Big Data is often characterized by the 3 “Vs”: variety, volume and velocity. While variety refers to the nature of the information (multiple sources, schema-less data, etc), both volume and velocity refer to processing issues that have to be addressed by different processing paradigms.
Assuming that the volumes of data are larger than those conventional relational database infrastructures can cope with, the processing solution break down broadly into massively parallel processing (batch processing). Batch processing is an efficient way of processing high volumes of data is where a group of transactions is collected over a period of time. Data is collected, entered, processed and then the batch results are produced.
Several applications require real-time processing of data streams from heterogeneous sources, in contrast with the approach of batch processing. Real time processing involves a continual input, process and output of data. Data must be processed in a small time period (or near real time).
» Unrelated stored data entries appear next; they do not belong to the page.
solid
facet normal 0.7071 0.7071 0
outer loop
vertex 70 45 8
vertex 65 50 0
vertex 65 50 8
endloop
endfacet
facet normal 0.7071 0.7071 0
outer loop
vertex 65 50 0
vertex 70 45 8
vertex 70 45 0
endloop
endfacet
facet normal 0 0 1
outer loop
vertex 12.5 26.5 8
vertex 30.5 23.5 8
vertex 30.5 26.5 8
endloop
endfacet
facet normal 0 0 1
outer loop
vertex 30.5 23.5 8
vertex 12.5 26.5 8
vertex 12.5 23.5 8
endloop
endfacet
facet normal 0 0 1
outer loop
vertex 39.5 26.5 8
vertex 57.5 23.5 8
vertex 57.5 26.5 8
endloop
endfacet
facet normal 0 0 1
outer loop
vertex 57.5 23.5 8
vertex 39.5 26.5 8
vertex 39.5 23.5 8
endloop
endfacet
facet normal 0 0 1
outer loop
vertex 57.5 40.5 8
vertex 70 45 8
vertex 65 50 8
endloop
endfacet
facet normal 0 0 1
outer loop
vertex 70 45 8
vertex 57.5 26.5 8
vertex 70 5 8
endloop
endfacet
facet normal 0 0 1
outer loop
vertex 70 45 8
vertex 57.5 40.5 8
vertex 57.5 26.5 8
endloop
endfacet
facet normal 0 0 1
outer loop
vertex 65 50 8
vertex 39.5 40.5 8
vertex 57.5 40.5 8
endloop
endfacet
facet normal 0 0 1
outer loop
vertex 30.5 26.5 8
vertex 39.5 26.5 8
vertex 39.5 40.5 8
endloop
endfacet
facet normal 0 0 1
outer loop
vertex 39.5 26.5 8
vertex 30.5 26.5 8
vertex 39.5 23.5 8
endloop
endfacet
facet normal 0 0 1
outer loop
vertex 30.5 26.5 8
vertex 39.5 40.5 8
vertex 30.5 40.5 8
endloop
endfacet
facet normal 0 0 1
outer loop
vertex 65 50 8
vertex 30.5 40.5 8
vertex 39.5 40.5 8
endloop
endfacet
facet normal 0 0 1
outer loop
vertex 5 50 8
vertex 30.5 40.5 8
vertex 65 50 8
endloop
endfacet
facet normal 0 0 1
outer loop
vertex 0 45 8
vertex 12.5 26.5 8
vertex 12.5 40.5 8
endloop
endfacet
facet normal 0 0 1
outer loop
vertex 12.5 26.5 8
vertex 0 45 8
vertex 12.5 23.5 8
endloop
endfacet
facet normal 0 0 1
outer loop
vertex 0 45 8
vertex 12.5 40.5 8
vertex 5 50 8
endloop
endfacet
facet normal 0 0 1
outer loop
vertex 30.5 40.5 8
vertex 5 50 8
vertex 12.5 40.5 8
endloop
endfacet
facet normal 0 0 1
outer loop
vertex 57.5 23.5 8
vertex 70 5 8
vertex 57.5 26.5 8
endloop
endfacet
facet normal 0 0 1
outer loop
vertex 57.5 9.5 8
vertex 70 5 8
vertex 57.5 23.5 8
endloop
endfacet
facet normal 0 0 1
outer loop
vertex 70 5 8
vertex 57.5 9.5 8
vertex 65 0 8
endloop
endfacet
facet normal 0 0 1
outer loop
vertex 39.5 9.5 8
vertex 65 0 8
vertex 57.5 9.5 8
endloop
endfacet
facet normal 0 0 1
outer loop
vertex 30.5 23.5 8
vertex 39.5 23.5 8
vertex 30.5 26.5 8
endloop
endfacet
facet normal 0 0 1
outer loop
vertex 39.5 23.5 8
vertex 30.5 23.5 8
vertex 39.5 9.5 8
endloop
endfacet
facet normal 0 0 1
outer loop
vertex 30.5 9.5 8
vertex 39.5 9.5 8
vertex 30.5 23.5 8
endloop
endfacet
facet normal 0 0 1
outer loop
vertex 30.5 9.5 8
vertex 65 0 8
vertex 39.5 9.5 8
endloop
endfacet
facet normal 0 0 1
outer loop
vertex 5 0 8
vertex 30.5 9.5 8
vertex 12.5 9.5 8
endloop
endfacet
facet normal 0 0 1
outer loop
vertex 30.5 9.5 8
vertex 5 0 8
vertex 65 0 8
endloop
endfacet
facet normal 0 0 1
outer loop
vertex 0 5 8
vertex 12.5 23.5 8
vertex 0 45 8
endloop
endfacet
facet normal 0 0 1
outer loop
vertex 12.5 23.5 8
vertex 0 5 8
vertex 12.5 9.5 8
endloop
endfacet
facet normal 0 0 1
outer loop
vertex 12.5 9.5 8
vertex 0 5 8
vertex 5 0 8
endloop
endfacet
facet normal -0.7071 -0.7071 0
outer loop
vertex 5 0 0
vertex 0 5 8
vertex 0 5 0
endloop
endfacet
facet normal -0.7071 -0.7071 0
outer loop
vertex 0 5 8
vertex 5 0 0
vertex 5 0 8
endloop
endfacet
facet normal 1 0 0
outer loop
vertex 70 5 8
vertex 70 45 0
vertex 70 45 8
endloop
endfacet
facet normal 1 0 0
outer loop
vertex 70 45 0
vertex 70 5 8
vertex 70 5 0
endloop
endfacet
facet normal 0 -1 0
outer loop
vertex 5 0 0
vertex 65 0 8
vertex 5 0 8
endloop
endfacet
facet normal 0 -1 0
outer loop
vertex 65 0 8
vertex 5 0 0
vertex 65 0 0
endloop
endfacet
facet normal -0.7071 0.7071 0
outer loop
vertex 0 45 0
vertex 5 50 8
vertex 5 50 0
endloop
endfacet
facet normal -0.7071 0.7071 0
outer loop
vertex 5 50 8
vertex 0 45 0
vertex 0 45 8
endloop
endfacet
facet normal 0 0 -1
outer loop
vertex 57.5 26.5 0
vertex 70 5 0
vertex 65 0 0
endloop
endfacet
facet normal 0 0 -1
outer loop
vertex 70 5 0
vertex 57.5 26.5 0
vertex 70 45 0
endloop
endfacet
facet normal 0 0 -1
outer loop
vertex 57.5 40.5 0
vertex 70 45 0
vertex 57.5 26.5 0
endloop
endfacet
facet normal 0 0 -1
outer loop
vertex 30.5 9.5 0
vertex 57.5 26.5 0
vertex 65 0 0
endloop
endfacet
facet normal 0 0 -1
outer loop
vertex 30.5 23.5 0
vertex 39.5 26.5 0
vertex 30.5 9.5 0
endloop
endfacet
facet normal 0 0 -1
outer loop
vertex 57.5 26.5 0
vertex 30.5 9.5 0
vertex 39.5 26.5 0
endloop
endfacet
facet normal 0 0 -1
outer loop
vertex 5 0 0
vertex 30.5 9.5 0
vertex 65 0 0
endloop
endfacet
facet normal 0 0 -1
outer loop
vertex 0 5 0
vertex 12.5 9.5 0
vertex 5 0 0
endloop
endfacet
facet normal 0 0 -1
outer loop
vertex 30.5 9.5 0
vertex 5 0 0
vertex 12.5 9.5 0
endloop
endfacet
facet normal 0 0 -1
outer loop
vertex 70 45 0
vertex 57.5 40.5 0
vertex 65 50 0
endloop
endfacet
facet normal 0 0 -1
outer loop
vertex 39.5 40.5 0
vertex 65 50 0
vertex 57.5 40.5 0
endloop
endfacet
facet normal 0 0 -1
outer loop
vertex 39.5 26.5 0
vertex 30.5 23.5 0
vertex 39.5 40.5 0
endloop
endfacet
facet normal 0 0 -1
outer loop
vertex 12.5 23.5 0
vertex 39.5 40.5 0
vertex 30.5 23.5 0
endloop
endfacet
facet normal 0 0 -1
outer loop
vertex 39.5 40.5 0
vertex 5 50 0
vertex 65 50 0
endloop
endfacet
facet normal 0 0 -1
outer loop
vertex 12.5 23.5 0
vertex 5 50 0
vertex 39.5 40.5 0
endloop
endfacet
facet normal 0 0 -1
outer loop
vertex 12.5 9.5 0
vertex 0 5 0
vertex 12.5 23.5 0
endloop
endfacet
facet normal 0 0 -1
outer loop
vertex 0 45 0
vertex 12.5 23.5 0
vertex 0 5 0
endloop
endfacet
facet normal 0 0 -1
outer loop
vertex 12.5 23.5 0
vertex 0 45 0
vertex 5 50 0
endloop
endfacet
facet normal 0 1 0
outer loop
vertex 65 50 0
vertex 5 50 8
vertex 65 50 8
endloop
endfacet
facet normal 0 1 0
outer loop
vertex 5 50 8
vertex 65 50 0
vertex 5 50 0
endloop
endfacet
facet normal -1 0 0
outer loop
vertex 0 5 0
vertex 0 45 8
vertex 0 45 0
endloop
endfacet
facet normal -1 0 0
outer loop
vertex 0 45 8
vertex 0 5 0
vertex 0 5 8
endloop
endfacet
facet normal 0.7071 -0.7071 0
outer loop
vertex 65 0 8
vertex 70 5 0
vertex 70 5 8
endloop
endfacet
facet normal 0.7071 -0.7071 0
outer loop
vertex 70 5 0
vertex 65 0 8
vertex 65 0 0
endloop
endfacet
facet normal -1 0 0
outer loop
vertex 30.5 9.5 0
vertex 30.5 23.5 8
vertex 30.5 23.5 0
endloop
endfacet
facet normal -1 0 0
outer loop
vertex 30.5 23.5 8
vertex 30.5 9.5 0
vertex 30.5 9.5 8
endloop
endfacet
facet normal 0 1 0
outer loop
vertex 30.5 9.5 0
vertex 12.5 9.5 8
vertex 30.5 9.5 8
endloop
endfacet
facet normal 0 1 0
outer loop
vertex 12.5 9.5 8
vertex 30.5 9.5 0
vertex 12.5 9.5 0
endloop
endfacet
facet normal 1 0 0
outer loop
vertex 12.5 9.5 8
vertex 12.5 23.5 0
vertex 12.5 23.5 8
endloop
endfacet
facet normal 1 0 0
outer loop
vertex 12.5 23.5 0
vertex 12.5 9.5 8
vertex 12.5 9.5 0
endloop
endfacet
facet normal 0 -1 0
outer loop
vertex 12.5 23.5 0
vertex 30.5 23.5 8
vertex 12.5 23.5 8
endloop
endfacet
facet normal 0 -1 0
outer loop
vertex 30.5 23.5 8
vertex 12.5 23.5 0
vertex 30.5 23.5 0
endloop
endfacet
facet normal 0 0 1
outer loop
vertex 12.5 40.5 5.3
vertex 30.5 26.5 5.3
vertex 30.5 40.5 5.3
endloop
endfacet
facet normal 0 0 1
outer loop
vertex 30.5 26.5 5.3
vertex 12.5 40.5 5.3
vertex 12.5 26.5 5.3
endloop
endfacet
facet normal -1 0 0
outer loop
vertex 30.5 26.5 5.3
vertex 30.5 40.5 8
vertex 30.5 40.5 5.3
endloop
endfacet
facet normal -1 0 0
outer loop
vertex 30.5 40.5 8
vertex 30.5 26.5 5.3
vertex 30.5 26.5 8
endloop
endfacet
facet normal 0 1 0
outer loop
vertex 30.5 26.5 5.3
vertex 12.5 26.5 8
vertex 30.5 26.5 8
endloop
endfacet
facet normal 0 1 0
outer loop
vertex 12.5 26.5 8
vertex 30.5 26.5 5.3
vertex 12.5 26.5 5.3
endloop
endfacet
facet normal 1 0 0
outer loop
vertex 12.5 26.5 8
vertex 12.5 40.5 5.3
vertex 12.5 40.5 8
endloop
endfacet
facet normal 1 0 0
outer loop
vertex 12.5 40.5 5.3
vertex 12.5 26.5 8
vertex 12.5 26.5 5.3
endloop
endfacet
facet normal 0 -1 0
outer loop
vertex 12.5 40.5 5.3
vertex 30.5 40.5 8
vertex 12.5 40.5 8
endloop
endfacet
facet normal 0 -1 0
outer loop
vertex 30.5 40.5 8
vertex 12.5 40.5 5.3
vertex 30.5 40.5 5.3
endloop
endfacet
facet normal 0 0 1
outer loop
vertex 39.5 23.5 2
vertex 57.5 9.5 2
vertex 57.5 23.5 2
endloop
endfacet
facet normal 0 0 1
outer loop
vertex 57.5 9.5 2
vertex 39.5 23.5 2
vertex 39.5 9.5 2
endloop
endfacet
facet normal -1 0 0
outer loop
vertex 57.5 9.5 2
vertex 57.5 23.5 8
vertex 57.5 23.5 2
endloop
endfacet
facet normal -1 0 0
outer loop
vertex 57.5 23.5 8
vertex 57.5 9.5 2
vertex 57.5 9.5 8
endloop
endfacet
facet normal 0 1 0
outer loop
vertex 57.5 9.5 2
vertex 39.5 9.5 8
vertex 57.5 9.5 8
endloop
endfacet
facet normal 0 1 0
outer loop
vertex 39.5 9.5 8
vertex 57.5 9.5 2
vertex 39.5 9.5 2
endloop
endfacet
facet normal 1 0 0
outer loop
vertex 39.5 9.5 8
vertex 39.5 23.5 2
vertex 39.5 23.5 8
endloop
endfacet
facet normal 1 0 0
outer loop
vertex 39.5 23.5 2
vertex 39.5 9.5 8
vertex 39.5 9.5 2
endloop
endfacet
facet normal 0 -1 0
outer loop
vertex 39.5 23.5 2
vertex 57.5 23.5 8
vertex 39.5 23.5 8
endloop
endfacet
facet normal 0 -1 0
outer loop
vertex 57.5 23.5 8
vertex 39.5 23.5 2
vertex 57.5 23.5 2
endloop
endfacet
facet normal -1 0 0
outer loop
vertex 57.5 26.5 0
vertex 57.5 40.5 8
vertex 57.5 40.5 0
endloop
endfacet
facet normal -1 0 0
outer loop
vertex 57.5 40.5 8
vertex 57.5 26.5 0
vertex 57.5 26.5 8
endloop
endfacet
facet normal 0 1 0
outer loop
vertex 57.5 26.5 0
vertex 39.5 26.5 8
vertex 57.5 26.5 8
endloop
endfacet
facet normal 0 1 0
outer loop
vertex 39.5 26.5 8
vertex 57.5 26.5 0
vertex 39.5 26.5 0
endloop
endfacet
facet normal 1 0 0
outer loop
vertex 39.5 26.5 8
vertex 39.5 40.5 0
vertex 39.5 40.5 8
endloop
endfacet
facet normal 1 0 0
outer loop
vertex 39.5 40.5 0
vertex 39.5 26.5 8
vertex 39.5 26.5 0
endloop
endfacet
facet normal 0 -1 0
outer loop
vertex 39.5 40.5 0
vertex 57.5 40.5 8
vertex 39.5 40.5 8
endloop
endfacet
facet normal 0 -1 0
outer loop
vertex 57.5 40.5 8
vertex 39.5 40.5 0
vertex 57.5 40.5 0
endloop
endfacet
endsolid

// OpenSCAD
$fn = 32;

// ----------------------------------------------------------------------
// Windowed plate: 4 voids, 70 x 50 x 8 mm
// ----------------------------------------------------------------------

// --- parameters (mm) ---
plate_l = 70;             // plate length, X
plate_w = 50;             // plate width, Y
plate_t = 8;              // plate thickness, Z
edge_margin = 8;          // wall from the plate edge to any window
win_l = 18;               // pocket length
win_w = 14;               // pocket width
pitch_x = 27;             // grid pitch along X
pitch_y = 17;             // grid pitch along Y
depth_1 = 8;              // depth of void 1 (full thickness = through)
depth_2 = 2.7;            // depth of void 2 (full thickness = through)
depth_3 = 6;              // depth of void 3 (full thickness = through)
depth_4 = 8;              // depth of void 4 (full thickness = through)
corner_c = 5;             // corner chamfer of the plate

profile = [[5, 0], [65, 0], [70, 5], [70, 45], [65, 50], [5, 50], [0, 45], [0, 5]];  // primary outline, 8 points, counter clockwise
void_1 = [[12.5, 9.5], [30.5, 9.5], [30.5, 23.5], [12.5, 23.5]];  // pocket at grid node 0,0, 4 points
void_2 = [[12.5, 26.5], [30.5, 26.5], [30.5, 40.5], [12.5, 40.5]];  // pocket at grid node 0,1, 4 points
void_3 = [[39.5, 9.5], [57.5, 9.5], [57.5, 23.5], [39.5, 23.5]];  // pocket at grid node 1,0, 4 points
void_4 = [[39.5, 26.5], [57.5, 26.5], [57.5, 40.5], [39.5, 40.5]];  // pocket at grid node 1,1, 4 points

// --- the one profile operation ---
difference() {
  linear_extrude(height = plate_t) polygon(points = profile);
  translate([0, 0, -1])
    linear_extrude(height = plate_t + 2) polygon(points = void_1);
  translate([0, 0, plate_t - depth_2])
    linear_extrude(height = depth_2 + 1) polygon(points = void_2);
  translate([0, 0, plate_t - depth_3])
    linear_extrude(height = depth_3 + 1) polygon(points = void_3);
  translate([0, 0, -1])
    linear_extrude(height = plate_t + 2) polygon(points = void_4);
}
Domains of application include smart cities, entertainment of disaster management. The low latency is the main goal of this processing paradigm.
Batch processing provides strong results since it can use more data and, for example, perform better training of predictive models. But it is not feasible for domains where a low response time is a critical issue. Real time processing solves this issue, but the analyzed information is limited in order to achieve low latency. Many domains require the benefit of both batch and real time processing approaches so a new processing paradigm is needed: the hybrid model. To obtain a complete result, the batch and real-time results must be queried and the results merged together. Synchronization, results composition and other non-trivial issues have to be addressed at this stage in which could be considered a key element of the hybrid modell.
This walk will overview the time-evolution of the big data processing techniques, identify main hits (both technologies and scientific publications) and give and introduction of the key technologies to understand the complex Big Data processing domain.